> [Data provided]:

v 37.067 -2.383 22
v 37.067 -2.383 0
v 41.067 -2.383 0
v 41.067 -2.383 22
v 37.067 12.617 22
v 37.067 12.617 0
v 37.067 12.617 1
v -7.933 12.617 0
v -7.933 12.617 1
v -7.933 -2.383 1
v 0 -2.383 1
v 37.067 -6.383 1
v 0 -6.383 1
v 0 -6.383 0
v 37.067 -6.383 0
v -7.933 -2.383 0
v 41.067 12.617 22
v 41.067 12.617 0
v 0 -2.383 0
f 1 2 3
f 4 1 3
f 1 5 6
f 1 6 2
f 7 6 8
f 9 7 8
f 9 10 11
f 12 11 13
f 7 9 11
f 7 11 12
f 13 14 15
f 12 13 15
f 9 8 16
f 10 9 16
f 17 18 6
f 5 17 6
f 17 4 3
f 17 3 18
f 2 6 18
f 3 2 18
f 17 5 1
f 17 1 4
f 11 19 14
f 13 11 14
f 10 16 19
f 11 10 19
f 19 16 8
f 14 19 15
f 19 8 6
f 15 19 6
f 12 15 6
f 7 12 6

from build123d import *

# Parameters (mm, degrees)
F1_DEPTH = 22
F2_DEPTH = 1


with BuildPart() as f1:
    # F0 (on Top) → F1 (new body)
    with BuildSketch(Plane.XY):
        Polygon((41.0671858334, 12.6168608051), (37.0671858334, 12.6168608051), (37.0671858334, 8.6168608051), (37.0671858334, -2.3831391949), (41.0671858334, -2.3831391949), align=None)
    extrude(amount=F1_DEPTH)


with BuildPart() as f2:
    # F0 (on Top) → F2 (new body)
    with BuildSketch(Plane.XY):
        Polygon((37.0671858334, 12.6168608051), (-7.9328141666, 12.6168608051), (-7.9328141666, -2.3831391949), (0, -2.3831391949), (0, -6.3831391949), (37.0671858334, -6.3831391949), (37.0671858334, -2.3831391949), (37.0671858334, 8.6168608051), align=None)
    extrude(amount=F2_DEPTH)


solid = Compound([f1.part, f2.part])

==

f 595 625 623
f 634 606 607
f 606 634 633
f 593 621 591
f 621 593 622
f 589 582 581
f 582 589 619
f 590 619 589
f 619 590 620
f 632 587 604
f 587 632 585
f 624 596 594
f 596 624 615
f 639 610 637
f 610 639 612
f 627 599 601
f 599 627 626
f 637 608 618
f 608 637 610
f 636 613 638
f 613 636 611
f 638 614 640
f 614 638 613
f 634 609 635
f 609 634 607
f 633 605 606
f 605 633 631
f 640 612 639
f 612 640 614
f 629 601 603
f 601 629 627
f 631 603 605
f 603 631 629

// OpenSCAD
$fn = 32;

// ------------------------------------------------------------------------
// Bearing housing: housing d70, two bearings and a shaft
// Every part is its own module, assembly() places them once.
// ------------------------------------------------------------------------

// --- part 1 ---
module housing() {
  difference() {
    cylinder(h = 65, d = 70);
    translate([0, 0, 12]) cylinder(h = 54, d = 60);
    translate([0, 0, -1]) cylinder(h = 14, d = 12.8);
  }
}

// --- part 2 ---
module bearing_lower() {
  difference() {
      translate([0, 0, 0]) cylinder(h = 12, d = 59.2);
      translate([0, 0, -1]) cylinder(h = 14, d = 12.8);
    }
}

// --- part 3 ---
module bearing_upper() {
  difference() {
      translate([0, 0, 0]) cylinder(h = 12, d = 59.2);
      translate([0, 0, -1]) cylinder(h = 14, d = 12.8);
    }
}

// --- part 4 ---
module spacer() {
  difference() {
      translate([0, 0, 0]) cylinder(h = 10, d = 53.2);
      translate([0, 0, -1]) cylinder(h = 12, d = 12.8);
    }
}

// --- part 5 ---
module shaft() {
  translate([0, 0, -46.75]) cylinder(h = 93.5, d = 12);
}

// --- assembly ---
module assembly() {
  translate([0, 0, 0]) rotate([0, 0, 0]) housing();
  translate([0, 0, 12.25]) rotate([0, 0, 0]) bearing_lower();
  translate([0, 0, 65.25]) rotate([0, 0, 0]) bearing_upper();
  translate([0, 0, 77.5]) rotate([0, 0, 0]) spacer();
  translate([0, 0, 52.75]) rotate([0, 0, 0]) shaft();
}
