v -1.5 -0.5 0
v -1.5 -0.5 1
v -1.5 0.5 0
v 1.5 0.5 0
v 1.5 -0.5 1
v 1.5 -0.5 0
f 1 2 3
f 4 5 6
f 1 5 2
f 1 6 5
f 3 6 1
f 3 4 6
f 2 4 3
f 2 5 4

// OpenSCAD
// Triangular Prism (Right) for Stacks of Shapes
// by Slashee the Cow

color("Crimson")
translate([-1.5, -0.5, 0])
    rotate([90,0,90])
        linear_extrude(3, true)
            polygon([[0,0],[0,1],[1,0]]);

* * *

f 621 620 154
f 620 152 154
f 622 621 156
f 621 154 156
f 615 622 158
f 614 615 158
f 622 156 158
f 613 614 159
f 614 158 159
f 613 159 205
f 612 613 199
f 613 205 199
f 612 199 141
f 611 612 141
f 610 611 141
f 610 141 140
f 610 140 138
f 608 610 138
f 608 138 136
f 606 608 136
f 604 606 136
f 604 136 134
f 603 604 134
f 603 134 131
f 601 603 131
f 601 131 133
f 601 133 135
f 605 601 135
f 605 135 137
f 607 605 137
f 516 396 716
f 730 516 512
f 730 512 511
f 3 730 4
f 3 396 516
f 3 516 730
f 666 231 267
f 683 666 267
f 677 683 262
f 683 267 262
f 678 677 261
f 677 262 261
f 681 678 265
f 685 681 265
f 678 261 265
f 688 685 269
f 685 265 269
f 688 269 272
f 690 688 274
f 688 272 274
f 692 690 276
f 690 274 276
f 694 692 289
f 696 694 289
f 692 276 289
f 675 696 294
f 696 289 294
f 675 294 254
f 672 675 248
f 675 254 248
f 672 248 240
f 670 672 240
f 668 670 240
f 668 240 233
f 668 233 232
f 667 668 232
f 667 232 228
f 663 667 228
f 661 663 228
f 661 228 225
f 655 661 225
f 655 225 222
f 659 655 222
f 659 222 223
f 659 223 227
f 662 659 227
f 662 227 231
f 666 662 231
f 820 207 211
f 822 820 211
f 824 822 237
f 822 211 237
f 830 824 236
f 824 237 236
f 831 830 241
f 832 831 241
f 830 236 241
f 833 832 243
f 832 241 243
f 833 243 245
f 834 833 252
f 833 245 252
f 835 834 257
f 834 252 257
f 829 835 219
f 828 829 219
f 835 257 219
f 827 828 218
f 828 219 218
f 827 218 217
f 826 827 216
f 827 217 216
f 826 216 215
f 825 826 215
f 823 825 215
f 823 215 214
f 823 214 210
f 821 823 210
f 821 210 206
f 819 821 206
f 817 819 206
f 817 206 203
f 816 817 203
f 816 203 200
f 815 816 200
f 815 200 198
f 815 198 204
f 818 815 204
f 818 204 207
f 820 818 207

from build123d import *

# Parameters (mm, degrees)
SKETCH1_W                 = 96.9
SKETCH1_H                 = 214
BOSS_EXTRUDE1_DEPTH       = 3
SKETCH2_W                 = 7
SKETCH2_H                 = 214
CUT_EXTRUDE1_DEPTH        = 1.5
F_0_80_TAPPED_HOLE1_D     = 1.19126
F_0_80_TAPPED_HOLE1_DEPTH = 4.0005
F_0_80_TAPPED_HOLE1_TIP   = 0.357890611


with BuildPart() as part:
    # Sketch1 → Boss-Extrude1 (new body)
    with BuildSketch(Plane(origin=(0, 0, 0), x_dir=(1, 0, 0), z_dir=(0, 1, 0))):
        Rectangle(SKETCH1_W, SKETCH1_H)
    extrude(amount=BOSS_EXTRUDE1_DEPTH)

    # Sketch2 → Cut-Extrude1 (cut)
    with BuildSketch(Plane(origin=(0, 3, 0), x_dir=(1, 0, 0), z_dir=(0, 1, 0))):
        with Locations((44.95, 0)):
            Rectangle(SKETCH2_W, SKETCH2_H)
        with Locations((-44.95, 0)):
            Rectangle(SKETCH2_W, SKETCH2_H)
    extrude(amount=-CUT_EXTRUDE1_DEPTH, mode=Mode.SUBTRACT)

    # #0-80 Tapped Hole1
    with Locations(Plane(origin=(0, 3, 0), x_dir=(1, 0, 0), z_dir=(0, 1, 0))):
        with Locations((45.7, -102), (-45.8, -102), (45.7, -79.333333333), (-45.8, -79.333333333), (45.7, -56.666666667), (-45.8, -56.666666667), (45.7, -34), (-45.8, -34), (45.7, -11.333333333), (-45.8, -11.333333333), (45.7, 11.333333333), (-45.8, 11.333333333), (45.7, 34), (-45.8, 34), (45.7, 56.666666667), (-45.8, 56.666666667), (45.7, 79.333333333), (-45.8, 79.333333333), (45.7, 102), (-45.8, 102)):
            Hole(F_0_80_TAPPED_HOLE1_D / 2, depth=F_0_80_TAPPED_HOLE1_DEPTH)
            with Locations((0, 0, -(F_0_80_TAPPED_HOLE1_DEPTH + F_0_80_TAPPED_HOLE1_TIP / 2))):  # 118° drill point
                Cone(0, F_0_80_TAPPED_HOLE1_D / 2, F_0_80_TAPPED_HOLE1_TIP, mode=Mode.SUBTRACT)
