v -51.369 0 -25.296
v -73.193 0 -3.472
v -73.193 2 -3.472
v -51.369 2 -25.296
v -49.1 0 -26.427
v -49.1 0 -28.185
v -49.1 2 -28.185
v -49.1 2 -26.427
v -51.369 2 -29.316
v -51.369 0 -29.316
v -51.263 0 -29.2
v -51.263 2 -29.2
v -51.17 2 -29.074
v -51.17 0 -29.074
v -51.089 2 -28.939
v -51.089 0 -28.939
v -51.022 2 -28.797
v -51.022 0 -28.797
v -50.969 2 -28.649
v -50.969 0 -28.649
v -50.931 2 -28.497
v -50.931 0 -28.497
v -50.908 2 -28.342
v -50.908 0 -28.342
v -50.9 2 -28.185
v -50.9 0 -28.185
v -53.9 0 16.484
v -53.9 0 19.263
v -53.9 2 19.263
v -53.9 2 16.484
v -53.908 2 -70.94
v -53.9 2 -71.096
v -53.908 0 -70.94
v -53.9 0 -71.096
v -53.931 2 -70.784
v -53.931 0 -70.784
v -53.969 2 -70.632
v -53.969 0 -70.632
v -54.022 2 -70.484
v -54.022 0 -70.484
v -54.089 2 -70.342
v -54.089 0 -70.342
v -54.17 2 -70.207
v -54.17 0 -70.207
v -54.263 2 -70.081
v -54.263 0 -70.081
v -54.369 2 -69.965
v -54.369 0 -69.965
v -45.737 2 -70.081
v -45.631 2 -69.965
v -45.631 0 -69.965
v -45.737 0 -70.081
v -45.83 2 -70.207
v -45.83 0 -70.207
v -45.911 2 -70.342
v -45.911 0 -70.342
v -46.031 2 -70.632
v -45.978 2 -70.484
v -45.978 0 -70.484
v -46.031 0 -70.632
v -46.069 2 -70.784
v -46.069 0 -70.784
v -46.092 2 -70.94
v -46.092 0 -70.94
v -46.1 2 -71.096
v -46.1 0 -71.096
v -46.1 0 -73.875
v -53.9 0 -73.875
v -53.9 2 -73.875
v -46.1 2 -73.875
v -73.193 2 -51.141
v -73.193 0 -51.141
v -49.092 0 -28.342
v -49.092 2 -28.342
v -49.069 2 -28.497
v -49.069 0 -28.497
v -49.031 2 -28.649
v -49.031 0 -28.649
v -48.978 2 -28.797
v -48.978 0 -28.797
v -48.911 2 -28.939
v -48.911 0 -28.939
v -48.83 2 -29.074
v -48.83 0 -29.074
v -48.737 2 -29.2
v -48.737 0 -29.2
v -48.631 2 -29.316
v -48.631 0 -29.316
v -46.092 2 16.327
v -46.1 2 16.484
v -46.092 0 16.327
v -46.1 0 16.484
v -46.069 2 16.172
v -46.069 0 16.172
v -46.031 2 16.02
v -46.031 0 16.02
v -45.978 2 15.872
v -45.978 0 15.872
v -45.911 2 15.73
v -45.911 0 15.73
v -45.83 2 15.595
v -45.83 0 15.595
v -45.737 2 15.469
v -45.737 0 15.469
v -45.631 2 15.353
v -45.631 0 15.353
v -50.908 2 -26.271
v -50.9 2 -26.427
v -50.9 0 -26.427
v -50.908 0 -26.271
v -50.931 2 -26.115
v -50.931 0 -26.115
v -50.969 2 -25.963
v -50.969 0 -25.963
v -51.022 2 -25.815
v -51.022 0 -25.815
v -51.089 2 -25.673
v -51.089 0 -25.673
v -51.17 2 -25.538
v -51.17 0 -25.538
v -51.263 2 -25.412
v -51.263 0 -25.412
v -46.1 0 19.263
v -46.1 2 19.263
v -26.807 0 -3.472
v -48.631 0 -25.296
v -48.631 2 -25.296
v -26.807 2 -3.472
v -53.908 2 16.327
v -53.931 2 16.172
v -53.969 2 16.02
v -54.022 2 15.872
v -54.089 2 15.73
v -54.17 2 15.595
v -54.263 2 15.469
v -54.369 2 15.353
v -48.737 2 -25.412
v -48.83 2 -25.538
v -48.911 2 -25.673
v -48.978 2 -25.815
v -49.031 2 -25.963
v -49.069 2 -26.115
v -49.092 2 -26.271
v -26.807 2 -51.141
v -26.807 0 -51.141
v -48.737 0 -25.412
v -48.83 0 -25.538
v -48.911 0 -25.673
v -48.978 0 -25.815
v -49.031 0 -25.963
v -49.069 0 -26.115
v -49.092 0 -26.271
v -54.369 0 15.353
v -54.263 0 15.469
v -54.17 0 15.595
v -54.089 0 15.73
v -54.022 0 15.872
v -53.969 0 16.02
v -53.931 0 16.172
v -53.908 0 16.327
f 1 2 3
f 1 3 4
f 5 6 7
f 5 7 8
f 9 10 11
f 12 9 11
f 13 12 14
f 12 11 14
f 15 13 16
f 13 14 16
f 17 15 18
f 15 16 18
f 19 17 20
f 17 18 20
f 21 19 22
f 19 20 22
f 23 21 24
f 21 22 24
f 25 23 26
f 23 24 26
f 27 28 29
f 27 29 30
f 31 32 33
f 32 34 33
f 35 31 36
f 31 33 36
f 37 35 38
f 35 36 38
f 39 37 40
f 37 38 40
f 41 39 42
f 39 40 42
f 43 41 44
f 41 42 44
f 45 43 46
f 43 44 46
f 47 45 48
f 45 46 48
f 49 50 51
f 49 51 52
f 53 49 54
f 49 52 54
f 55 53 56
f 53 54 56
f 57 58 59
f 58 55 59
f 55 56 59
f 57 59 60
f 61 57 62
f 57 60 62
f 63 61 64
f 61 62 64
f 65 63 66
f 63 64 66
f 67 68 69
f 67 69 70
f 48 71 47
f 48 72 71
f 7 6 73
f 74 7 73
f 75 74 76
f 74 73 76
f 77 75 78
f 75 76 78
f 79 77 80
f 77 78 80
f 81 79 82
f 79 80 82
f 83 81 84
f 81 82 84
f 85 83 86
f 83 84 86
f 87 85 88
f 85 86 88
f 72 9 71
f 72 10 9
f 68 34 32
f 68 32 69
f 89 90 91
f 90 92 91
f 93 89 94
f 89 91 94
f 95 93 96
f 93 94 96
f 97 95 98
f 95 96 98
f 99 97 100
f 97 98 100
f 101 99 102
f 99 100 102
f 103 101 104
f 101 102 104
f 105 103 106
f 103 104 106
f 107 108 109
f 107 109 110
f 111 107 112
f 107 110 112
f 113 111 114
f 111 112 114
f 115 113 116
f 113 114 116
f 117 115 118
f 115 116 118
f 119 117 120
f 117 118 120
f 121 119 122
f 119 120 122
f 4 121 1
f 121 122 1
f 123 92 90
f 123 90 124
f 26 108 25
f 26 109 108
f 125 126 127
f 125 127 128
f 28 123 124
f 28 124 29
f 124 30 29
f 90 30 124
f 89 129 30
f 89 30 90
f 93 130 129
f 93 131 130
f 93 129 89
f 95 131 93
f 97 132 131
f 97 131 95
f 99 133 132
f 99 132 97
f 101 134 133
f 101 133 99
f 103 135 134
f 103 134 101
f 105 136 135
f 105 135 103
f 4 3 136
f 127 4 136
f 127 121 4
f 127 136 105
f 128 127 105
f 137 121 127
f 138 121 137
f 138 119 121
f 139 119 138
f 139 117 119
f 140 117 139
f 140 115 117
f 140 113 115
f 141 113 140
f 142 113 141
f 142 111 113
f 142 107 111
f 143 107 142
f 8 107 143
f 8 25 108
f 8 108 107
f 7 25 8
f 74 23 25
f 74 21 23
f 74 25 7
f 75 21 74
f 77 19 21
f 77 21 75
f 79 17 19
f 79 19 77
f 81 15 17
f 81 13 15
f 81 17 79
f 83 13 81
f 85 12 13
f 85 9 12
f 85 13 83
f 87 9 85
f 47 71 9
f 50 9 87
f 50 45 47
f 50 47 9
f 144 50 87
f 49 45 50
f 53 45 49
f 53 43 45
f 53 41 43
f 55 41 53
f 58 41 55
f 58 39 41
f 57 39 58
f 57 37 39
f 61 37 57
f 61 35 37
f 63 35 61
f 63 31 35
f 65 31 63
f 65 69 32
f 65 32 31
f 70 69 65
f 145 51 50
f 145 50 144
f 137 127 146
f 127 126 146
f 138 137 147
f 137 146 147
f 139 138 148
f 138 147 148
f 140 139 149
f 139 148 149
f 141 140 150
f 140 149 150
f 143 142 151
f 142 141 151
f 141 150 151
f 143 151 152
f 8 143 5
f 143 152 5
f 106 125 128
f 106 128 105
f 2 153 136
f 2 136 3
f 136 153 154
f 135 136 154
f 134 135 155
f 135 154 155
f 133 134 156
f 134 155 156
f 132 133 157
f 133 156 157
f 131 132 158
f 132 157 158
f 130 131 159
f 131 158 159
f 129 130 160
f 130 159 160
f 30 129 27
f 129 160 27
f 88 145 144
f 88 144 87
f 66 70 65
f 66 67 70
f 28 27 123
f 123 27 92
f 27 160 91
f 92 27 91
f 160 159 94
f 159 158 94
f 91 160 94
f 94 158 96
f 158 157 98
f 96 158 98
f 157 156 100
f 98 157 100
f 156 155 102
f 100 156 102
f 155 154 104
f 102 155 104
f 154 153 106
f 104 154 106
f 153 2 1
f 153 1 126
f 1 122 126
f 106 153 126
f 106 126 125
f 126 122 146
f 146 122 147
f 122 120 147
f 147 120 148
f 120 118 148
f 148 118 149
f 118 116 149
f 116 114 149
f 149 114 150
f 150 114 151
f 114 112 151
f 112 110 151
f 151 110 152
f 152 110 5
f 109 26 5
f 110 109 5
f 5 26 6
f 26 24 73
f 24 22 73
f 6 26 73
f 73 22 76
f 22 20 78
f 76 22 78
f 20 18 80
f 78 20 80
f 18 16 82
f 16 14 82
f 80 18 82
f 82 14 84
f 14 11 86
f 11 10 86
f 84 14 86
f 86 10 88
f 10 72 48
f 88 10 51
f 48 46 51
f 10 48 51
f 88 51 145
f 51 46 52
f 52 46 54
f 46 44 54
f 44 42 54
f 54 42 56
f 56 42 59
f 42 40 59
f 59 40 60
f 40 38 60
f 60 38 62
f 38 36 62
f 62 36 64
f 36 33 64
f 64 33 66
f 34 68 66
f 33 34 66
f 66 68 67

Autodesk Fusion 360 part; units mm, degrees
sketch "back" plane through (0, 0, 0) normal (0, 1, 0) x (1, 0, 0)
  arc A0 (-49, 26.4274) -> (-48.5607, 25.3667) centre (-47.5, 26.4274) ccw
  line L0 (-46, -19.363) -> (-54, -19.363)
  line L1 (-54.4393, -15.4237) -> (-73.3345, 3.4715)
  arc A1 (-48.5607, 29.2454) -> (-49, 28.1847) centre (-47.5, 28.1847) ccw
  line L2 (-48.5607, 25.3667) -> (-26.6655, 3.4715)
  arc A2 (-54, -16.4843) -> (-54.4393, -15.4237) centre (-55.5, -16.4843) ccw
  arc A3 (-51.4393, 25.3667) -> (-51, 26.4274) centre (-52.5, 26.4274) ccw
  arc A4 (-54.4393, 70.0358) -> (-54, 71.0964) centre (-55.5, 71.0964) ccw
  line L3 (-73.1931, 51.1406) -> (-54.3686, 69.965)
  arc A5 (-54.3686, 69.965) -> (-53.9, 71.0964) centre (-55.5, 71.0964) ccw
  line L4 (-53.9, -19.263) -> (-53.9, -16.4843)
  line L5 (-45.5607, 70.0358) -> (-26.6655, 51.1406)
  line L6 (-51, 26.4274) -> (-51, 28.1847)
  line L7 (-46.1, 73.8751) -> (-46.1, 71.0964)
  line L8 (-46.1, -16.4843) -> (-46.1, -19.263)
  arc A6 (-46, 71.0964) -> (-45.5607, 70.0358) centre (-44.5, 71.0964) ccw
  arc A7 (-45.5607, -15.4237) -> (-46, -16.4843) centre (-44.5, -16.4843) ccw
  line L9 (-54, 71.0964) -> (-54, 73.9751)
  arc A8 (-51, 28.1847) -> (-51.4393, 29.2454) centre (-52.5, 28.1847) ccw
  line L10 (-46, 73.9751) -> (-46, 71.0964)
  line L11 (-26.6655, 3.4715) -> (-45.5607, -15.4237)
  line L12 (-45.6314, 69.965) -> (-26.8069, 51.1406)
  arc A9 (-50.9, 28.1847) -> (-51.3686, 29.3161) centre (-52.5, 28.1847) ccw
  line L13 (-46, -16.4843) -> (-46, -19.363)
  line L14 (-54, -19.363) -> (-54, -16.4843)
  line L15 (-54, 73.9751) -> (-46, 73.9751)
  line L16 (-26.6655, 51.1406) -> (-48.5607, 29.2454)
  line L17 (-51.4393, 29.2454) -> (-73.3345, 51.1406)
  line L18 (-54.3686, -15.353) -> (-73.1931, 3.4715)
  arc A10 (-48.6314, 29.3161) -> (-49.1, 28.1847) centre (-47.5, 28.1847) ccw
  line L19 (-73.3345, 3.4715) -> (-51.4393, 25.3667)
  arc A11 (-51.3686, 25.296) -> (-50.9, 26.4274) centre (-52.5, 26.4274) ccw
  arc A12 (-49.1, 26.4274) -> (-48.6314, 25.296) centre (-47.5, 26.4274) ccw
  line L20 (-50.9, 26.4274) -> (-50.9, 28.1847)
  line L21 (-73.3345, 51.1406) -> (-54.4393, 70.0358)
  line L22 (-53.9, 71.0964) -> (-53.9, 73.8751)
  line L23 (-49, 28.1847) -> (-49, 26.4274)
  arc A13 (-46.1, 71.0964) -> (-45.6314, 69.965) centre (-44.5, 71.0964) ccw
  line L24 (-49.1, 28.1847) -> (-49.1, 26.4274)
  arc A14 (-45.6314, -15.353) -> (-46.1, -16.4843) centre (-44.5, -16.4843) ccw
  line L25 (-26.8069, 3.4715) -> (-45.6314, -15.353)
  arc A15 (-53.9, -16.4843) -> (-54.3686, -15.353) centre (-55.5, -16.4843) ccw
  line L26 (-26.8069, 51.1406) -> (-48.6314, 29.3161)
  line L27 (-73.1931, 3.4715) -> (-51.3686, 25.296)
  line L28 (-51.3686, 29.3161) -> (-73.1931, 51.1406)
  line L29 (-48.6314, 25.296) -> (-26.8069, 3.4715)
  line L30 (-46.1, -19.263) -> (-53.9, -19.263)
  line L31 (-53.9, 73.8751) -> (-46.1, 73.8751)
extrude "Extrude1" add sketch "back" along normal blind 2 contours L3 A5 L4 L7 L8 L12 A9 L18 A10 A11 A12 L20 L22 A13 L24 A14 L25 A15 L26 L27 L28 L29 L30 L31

> [Brief]:
Would you please copy exactly the part of the entries above that begins at the line containing "v -26.807 0 -51.141" and ends at the line containing "f 107 110 112", both lines included?

> [Reply to the exercise]:
v -26.807 0 -51.141
v -48.737 0 -25.412
v -48.83 0 -25.538
v -48.911 0 -25.673
v -48.978 0 -25.815
v -49.031 0 -25.963
v -49.069 0 -26.115
v -49.092 0 -26.271
v -54.369 0 15.353
v -54.263 0 15.469
v -54.17 0 15.595
v -54.089 0 15.73
v -54.022 0 15.872
v -53.969 0 16.02
v -53.931 0 16.172
v -53.908 0 16.327
f 1 2 3
f 1 3 4
f 5 6 7
f 5 7 8
f 9 10 11
f 12 9 11
f 13 12 14
f 12 11 14
f 15 13 16
f 13 14 16
f 17 15 18
f 15 16 18
f 19 17 20
f 17 18 20
f 21 19 22
f 19 20 22
f 23 21 24
f 21 22 24
f 25 23 26
f 23 24 26
f 27 28 29
f 27 29 30
f 31 32 33
f 32 34 33
f 35 31 36
f 31 33 36
f 37 35 38
f 35 36 38
f 39 37 40
f 37 38 40
f 41 39 42
f 39 40 42
f 43 41 44
f 41 42 44
f 45 43 46
f 43 44 46
f 47 45 48
f 45 46 48
f 49 50 51
f 49 51 52
f 53 49 54
f 49 52 54
f 55 53 56
f 53 54 56
f 57 58 59
f 58 55 59
f 55 56 59
f 57 59 60
f 61 57 62
f 57 60 62
f 63 61 64
f 61 62 64
f 65 63 66
f 63 64 66
f 67 68 69
f 67 69 70
f 48 71 47
f 48 72 71
f 7 6 73
f 74 7 73
f 75 74 76
f 74 73 76
f 77 75 78
f 75 76 78
f 79 77 80
f 77 78 80
f 81 79 82
f 79 80 82
f 83 81 84
f 81 82 84
f 85 83 86
f 83 84 86
f 87 85 88
f 85 86 88
f 72 9 71
f 72 10 9
f 68 34 32
f 68 32 69
f 89 90 91
f 90 92 91
f 93 89 94
f 89 91 94
f 95 93 96
f 93 94 96
f 97 95 98
f 95 96 98
f 99 97 100
f 97 98 100
f 101 99 102
f 99 100 102
f 103 101 104
f 101 102 104
f 105 103 106
f 103 104 106
f 107 108 109
f 107 109 110
f 111 107 112
f 107 110 112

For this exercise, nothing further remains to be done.